[Extracted information]
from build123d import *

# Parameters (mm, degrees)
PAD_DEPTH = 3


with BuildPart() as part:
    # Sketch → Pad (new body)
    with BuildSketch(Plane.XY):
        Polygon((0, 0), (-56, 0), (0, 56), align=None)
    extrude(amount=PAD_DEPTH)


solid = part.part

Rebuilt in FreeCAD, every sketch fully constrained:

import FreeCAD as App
import Part
import Sketcher
from FreeCAD import Vector
Q = App.Units.Quantity

doc = App.newDocument("Part")
params = doc.addObject("Spreadsheet::Sheet", "Params")
for row, (alias, value) in enumerate([
    ("sketch1_width", "56 mm"),
    ("pad1_length", "3 mm"),
], start=1):
    params.set(f"A{row}", alias)
    params.set(f"B{row}", "=" + value)
    params.setAlias(f"B{row}", alias)

body = doc.addObject("PartDesign::Body", "Body")

# Sketch on XY plane
sketch1 = body.newObject("Sketcher::SketchObject", "Sketch")
sketch1.AttachmentSupport = (doc.getObject("XY_Plane"), [""])
sketch1.MapMode = "FlatFace"
sketch1.addGeometry(Part.LineSegment(Vector(-56, 0, 0), Vector(0, 0, 0)), False)
sketch1.addGeometry(Part.LineSegment(Vector(0, 0, 0), Vector(0, 56, 0)), False)
sketch1.addGeometry(Part.LineSegment(Vector(0, 56, 0), Vector(-56, 0, 0)), False)
sketch1.addConstraint(Sketcher.Constraint("Coincident", 0, 2, 1, 1))
sketch1.addConstraint(Sketcher.Constraint("Coincident", 1, 2, 2, 1))
sketch1.addConstraint(Sketcher.Constraint("Coincident", 2, 2, 0, 1))
sketch1.addConstraint(Sketcher.Constraint("Horizontal", 0))
sketch1.addConstraint(Sketcher.Constraint("Vertical", 1))
sketch1.addConstraint(Sketcher.Constraint("Coincident", 0, 2, -1, 1))
sketch1.addConstraint(Sketcher.Constraint("Equal", 0, 1))
sketch1.addConstraint(Sketcher.Constraint("DistanceX", 0, 1, 0, 2, Q("56 mm")))
sketch1.setExpression("Constraints[7]", "Params.sketch1_width")
pad1 = body.newObject("PartDesign::Pad", "Pad")
pad1.Profile = sketch1
pad1.setExpression("Length", "Params.pad1_length")

doc.recompute()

[Work request] What is wanted is an exact repetition of the lines from the one with "# Sketch → Pad (new body)" through the last line of the material above, both ends included.

[Solution to this task]
    # Sketch → Pad (new body)
    with BuildSketch(Plane.XY):
        Polygon((0, 0), (-56, 0), (0, 56), align=None)
    extrude(amount=PAD_DEPTH)


solid = part.part

Rebuilt in FreeCAD, every sketch fully constrained:

import FreeCAD as App
import Part
import Sketcher
from FreeCAD import Vector
Q = App.Units.Quantity

doc = App.newDocument("Part")
params = doc.addObject("Spreadsheet::Sheet", "Params")
for row, (alias, value) in enumerate([
    ("sketch1_width", "56 mm"),
    ("pad1_length", "3 mm"),
], start=1):
    params.set(f"A{row}", alias)
    params.set(f"B{row}", "=" + value)
    params.setAlias(f"B{row}", alias)

body = doc.addObject("PartDesign::Body", "Body")

# Sketch on XY plane
sketch1 = body.newObject("Sketcher::SketchObject", "Sketch")
sketch1.AttachmentSupport = (doc.getObject("XY_Plane"), [""])
sketch1.MapMode = "FlatFace"
sketch1.addGeometry(Part.LineSegment(Vector(-56, 0, 0), Vector(0, 0, 0)), False)
sketch1.addGeometry(Part.LineSegment(Vector(0, 0, 0), Vector(0, 56, 0)), False)
sketch1.addGeometry(Part.LineSegment(Vector(0, 56, 0), Vector(-56, 0, 0)), False)
sketch1.addConstraint(Sketcher.Constraint("Coincident", 0, 2, 1, 1))
sketch1.addConstraint(Sketcher.Constraint("Coincident", 1, 2, 2, 1))
sketch1.addConstraint(Sketcher.Constraint("Coincident", 2, 2, 0, 1))
sketch1.addConstraint(Sketcher.Constraint("Horizontal", 0))
sketch1.addConstraint(Sketcher.Constraint("Vertical", 1))
sketch1.addConstraint(Sketcher.Constraint("Coincident", 0, 2, -1, 1))
sketch1.addConstraint(Sketcher.Constraint("Equal", 0, 1))
sketch1.addConstraint(Sketcher.Constraint("DistanceX", 0, 1, 0, 2, Q("56 mm")))
sketch1.setExpression("Constraints[7]", "Params.sketch1_width")
pad1 = body.newObject("PartDesign::Pad", "Pad")
pad1.Profile = sketch1
pad1.setExpression("Length", "Params.pad1_length")

doc.recompute()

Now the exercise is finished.